On Ariana Grande’s fourth album Sweetener, the music reaches its apex—musically, creatively, and energy-wise—during the middle run bookended by singles “God is a woman” and “no tears left to cry.”  In this streak, Sweetener peaks as a pop album, showcasing Grande’s undeniable power as a singer and matching it to a series of different, mesmerizing hooks, sounds, and grooves from the pep rally exuberance of title-track “sweetener” to “everytime,” a gorgeous song about dangerous infatuation

On “everytime” in particular, the production combo of Max Martin and Ilya Salmanzadeh provide a perfect canvass for Ariana Grande to portray an in-depth picture of intense love and youthful desire. The best pop songs about love make you want to be in it, or remember it, or make you feel like you’re experiencing it, all of which is provoked at the onset of “everytime’s” twinkling production. It’s only exacerbated by Grande’s passionate expressions of the inconsistencies and obsessions that come with that kind of all-encompassing devotion: “I get weak and fall like a teenager/ why, oh why does God keep bringing me back to you?/ I get drunk, pretend that I’m over it / Self-destruct, show up like an idiot,” she sings on the chorus. A brew of desire, dependency, frustration, and exasperation color the rest of the song, which is the album’s most relatable and euphoric.

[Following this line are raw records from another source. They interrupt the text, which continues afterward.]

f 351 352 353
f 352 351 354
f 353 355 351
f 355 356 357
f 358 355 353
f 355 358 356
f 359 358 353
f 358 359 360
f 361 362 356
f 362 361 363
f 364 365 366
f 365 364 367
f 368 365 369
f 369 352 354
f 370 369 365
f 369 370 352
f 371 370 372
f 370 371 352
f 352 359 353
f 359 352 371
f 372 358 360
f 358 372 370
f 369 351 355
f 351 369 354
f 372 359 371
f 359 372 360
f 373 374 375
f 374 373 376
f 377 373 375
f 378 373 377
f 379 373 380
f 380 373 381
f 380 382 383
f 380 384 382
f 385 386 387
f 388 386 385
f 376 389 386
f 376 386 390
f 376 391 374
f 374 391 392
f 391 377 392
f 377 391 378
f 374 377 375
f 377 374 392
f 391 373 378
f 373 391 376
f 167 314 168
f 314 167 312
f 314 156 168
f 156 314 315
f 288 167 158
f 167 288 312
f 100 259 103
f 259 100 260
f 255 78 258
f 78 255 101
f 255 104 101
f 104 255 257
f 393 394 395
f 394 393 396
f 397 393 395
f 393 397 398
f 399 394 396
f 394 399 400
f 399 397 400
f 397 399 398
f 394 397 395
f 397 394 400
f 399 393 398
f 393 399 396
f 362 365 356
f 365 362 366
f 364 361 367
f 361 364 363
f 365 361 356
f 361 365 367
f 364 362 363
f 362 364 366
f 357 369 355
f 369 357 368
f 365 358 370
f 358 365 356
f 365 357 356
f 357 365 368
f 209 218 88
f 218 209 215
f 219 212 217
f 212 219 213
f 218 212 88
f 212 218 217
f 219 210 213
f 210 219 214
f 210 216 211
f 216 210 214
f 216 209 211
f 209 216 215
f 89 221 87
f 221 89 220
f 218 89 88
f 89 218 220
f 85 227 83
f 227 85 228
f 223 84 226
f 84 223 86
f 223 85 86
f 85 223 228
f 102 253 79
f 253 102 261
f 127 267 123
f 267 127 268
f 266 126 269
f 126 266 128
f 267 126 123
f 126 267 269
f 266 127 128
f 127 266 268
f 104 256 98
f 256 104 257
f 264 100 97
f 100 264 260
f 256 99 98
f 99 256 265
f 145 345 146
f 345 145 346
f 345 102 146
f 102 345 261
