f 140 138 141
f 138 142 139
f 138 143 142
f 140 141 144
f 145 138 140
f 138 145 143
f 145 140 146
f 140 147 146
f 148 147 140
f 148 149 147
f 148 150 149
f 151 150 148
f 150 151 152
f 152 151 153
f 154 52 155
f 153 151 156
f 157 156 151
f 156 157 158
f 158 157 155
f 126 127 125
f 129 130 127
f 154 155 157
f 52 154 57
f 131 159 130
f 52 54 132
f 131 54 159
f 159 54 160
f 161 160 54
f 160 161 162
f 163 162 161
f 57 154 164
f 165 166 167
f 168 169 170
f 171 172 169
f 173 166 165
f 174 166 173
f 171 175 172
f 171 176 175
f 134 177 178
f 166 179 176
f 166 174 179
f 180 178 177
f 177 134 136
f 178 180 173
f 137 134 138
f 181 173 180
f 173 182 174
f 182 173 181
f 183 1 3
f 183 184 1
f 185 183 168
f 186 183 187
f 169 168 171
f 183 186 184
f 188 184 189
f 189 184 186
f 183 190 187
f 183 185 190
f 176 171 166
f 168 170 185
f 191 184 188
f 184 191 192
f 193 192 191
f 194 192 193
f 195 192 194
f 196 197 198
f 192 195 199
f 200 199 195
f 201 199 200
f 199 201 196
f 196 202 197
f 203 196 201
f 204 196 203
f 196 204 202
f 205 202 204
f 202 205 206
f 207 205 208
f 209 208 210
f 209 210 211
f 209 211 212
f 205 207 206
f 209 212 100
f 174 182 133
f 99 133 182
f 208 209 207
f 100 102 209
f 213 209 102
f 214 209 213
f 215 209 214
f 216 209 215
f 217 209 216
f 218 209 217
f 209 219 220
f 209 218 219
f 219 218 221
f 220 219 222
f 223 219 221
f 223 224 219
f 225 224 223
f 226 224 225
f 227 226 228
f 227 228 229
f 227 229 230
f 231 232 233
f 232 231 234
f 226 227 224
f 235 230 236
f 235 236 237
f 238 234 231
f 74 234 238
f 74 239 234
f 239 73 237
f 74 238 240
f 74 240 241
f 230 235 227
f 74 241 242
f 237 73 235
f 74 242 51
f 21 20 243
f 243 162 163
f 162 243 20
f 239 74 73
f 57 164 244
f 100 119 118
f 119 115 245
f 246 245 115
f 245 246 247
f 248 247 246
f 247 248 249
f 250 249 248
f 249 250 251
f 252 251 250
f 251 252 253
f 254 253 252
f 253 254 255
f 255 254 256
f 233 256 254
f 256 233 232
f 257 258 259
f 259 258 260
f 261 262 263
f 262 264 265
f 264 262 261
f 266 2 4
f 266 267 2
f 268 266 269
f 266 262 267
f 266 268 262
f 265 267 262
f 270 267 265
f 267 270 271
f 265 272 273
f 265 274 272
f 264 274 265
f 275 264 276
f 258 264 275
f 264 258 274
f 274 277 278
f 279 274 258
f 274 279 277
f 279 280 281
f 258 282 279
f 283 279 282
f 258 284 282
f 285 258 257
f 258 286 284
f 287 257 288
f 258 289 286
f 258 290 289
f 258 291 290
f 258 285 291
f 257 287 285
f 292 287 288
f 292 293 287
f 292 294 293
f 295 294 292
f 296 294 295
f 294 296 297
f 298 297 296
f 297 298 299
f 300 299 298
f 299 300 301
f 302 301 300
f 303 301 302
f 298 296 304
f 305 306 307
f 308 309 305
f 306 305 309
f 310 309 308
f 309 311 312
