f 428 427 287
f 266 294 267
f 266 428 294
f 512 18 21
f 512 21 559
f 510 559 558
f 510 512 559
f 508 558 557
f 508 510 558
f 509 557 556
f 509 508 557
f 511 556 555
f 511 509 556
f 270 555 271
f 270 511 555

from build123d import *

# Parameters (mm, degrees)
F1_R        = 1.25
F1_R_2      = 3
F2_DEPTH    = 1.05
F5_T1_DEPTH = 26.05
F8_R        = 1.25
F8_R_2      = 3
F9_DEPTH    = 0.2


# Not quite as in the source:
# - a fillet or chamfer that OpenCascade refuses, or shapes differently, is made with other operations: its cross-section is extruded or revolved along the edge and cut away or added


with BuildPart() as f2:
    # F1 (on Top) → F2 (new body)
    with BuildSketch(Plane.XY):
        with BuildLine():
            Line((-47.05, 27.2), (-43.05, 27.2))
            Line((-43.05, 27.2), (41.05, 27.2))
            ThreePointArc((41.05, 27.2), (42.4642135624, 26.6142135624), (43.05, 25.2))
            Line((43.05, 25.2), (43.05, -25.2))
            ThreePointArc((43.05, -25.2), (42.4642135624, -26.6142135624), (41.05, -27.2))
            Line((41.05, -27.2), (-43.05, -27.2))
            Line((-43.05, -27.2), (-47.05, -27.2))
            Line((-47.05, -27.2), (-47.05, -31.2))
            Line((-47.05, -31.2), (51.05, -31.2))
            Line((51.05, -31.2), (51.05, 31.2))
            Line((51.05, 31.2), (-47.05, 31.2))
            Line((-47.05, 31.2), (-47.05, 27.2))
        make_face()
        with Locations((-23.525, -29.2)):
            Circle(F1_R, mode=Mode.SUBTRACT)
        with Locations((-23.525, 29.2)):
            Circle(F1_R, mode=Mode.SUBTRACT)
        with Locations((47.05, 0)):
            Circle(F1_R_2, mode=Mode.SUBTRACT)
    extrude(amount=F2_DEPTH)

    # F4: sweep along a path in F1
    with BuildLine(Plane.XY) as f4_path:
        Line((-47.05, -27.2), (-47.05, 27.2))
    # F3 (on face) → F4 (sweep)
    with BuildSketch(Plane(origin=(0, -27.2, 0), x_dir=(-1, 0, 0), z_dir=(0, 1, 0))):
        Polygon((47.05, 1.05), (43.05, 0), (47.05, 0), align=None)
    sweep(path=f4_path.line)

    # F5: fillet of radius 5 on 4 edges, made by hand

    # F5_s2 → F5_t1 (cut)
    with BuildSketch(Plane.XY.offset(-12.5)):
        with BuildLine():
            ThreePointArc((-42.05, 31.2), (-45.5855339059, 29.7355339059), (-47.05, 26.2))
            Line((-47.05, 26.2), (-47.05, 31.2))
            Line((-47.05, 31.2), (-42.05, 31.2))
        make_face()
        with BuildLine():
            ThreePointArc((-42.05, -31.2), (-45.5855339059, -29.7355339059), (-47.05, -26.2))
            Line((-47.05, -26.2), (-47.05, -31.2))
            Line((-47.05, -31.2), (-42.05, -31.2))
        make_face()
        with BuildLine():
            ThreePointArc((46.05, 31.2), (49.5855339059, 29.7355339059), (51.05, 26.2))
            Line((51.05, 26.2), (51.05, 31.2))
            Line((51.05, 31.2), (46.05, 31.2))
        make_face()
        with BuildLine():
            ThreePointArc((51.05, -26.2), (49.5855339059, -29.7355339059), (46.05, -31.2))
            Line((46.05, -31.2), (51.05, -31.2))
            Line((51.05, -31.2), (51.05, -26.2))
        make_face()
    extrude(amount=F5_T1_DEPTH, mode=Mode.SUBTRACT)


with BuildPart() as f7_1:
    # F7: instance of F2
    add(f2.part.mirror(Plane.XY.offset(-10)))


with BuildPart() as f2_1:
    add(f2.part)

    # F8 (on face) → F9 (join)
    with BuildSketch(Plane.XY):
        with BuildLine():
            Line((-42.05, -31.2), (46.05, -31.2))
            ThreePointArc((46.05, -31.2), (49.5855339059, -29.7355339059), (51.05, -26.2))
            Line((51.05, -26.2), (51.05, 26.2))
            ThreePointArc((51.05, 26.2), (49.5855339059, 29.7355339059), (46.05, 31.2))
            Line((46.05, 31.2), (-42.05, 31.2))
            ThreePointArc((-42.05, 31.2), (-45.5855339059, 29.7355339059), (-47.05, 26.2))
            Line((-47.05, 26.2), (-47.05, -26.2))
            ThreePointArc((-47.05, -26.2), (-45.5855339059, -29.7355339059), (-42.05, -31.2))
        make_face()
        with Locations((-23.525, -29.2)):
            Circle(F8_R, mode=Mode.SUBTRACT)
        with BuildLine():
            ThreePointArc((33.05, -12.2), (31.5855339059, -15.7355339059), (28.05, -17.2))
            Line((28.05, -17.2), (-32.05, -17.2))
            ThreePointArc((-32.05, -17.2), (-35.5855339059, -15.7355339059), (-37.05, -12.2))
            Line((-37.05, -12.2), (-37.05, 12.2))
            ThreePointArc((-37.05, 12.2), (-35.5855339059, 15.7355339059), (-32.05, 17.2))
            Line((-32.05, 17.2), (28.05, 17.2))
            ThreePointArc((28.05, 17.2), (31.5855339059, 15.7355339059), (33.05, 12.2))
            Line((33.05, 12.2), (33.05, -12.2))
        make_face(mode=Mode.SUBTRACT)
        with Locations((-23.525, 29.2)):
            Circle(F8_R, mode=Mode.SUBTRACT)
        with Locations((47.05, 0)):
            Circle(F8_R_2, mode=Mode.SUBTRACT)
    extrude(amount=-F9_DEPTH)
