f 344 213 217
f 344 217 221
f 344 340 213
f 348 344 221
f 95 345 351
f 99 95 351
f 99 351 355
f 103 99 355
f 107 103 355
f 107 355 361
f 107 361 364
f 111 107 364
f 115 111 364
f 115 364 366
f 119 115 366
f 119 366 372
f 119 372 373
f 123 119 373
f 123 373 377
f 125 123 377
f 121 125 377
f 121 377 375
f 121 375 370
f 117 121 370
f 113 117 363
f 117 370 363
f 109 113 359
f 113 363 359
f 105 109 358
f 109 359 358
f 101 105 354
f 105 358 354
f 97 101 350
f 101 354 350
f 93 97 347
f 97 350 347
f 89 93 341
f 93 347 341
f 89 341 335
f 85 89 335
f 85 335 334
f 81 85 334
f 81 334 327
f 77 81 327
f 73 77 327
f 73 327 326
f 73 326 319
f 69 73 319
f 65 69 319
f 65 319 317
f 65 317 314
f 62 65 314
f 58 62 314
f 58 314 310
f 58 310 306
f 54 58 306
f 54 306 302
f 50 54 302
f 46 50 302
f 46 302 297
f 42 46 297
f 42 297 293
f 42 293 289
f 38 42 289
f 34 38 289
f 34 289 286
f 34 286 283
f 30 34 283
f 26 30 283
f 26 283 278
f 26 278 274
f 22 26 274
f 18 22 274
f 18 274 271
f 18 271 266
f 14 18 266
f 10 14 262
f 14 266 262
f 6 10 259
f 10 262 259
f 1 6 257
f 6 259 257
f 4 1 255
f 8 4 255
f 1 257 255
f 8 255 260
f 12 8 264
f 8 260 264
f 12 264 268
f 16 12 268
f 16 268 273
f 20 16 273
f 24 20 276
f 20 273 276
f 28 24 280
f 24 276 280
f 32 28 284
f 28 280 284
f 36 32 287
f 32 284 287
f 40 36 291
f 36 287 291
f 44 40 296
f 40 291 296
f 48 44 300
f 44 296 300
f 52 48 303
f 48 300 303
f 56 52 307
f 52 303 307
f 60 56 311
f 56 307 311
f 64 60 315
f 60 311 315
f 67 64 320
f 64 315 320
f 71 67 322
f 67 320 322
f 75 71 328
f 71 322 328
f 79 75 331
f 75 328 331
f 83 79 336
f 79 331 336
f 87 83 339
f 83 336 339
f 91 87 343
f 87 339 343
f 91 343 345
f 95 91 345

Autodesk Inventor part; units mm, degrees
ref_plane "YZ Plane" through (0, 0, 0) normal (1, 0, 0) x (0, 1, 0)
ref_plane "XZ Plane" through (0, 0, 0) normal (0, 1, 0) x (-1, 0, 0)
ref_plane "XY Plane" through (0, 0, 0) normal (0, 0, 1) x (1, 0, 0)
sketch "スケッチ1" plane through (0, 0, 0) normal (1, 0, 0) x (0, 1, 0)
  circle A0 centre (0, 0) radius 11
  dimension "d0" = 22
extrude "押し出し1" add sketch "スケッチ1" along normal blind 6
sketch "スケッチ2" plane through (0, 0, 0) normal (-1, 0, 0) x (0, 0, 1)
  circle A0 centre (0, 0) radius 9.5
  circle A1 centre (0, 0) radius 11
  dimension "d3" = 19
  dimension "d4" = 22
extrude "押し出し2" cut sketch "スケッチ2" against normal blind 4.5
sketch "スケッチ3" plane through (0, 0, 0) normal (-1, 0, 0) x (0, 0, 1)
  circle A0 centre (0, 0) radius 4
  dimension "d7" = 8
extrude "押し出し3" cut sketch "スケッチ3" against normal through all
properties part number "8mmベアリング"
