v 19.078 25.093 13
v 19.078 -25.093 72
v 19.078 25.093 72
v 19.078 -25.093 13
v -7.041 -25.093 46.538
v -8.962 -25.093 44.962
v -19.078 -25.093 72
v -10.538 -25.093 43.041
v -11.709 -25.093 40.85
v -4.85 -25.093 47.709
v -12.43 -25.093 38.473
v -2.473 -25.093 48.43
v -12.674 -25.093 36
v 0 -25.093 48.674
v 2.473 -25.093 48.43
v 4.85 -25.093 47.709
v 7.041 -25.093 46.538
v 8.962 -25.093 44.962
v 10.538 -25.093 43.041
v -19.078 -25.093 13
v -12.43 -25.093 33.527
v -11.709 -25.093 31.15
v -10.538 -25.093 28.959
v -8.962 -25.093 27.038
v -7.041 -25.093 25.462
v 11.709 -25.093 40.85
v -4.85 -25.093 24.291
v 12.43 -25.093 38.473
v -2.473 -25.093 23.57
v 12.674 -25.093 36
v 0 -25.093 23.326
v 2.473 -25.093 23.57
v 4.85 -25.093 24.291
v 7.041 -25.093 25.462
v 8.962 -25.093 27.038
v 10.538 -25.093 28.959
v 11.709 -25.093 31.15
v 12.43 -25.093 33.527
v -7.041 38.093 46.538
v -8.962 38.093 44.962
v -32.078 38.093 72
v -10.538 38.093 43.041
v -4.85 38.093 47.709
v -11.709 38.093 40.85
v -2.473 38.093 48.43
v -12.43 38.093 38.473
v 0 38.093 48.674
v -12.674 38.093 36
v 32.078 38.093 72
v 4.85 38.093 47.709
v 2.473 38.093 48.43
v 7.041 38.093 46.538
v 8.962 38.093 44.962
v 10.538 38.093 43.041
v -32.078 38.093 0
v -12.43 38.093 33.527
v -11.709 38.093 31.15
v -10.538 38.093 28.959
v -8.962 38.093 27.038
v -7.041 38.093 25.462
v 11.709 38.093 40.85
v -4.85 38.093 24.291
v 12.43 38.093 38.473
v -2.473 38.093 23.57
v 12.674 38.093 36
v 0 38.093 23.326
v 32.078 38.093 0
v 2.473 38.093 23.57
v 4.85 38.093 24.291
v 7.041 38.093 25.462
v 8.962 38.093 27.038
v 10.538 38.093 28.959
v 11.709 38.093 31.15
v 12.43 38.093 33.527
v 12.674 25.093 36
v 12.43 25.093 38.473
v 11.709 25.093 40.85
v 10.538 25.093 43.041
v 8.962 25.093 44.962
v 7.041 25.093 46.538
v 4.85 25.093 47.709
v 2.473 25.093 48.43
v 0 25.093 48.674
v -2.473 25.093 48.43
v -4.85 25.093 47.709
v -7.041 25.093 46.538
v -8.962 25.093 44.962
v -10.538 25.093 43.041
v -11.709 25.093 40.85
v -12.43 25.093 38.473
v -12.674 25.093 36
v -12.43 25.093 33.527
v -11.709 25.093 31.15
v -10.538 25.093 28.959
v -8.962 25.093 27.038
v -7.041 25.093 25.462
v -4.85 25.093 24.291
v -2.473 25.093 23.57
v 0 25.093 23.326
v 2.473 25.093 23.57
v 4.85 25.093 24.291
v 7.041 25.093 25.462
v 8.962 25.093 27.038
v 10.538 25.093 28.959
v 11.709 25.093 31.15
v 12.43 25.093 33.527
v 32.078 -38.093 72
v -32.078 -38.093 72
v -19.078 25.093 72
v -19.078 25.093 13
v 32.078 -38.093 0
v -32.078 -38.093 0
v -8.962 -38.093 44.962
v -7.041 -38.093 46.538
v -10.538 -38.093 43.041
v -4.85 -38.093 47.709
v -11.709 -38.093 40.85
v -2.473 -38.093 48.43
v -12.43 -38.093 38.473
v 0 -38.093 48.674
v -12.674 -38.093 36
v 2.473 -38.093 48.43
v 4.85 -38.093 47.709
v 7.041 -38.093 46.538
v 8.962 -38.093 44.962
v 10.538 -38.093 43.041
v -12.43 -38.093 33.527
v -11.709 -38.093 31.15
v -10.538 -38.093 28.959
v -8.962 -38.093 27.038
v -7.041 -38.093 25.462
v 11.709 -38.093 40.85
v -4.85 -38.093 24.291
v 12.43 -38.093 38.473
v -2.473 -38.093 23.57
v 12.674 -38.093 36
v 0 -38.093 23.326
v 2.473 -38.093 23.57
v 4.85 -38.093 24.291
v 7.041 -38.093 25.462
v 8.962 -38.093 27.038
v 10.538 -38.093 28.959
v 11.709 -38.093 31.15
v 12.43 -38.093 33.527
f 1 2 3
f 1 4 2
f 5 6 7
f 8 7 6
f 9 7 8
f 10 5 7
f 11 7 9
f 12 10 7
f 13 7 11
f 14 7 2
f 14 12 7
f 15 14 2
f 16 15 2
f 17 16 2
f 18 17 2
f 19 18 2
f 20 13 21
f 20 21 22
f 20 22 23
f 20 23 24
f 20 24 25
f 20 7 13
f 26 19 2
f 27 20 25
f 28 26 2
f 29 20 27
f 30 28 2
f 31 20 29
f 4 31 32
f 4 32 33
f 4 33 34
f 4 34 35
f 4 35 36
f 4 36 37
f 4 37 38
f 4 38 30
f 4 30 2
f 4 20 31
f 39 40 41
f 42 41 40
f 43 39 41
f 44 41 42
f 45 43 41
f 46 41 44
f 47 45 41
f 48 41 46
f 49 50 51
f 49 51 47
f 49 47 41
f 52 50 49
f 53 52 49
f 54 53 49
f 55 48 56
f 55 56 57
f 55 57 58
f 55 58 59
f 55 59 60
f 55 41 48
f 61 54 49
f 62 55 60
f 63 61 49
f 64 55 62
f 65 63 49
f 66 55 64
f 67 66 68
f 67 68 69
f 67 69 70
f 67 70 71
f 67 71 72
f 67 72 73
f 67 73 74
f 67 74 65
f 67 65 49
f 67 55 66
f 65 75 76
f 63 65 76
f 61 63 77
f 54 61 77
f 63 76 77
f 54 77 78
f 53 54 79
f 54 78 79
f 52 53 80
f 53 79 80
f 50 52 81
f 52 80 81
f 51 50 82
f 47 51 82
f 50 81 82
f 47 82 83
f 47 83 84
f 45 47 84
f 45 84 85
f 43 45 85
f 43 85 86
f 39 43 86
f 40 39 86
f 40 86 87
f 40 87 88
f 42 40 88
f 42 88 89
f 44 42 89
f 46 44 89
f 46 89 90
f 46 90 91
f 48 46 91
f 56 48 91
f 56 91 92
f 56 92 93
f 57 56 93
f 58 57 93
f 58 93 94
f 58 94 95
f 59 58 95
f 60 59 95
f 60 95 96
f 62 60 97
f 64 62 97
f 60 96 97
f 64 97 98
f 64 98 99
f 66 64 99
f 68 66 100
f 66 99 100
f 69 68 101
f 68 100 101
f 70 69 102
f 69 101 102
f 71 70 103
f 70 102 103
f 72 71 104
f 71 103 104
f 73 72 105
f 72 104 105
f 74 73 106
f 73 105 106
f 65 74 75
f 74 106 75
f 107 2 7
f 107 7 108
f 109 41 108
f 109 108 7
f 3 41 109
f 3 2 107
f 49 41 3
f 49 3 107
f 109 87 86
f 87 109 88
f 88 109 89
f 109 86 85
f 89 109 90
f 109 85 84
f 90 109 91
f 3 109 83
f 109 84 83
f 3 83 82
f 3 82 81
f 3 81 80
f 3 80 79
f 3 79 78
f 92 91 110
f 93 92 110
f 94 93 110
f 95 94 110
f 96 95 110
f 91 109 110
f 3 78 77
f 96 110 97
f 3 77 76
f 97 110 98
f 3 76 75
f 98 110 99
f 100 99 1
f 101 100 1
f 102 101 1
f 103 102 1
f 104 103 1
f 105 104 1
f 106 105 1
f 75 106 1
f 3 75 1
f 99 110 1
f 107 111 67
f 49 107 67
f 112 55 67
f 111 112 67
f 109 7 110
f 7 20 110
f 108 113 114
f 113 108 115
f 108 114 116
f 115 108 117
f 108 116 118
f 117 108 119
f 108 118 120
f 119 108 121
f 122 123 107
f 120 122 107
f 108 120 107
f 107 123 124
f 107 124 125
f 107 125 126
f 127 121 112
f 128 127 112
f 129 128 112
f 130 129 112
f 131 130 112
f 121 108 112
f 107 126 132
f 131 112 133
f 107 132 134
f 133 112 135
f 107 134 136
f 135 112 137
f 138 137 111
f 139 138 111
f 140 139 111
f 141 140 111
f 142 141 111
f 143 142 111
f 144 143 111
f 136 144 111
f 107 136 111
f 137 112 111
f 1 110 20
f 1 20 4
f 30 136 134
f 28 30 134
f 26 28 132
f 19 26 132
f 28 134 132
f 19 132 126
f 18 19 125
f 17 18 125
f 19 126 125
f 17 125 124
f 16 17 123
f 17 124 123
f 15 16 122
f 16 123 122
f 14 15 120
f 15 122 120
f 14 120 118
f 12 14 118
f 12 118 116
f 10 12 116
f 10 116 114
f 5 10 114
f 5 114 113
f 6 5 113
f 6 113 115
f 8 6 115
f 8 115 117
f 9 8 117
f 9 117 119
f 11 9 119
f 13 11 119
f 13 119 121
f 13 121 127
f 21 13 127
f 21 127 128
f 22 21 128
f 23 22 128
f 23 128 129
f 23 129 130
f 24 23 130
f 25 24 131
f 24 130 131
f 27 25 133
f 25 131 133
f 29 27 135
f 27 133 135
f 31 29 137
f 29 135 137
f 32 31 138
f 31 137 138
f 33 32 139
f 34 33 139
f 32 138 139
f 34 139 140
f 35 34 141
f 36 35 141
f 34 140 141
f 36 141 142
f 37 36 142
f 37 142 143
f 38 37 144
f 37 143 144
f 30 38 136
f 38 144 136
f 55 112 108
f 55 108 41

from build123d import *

# Parameters (mm, degrees)
F0_W     = 64.15522
F0_H     = 76.186978
F1_DEPTH = 72
F2_T     = -13
F3_R     = 12.673709
F4_DEPTH = 108.5


with BuildPart() as f1:
    # F0 (on Top) → F1 (new body)
    with BuildSketch(Plane.XY):
        Rectangle(F0_W, F0_H)
    extrude(amount=F1_DEPTH)

    # F2
    f2_openings = [f1.faces().sort_by_distance(p)[0] for p in [
        (0, 0, 72),
    ]]
    offset(amount=F2_T, openings=f2_openings)

    # F3 (on face) → F4 (cut)
    with BuildSketch(Plane.XZ.offset(38.093489)):
        with Locations((0, 36)):
            Circle(F3_R)
    extrude(amount=-F4_DEPTH, mode=Mode.SUBTRACT)


solid = f1.part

The song’s of synths, Caribbean steel drums, and heavy bass are reminiscent of pop records from the 90s, but with an updated sound that makes it fit in with much of radio-friendly music today. Essentially, it’s the right kind of Max Martin record, and Grande’s strong voice and her ability to be delicate, vulnerable, and forceful at once make her the perfect person to helm it. It’s hard to imagine any other singer in pop who could do this song as well, making lines like, “I get tired of your no-shows, you get tired of my control / They keep telling me to let go, but I don’t really let go when I say so” sound both pristine vocally and believable emotionally. There’s something so personable about Grande as an artist and person that give lyrical cliches a genuine truthfulness, and Sweetener is at its best when that comes across.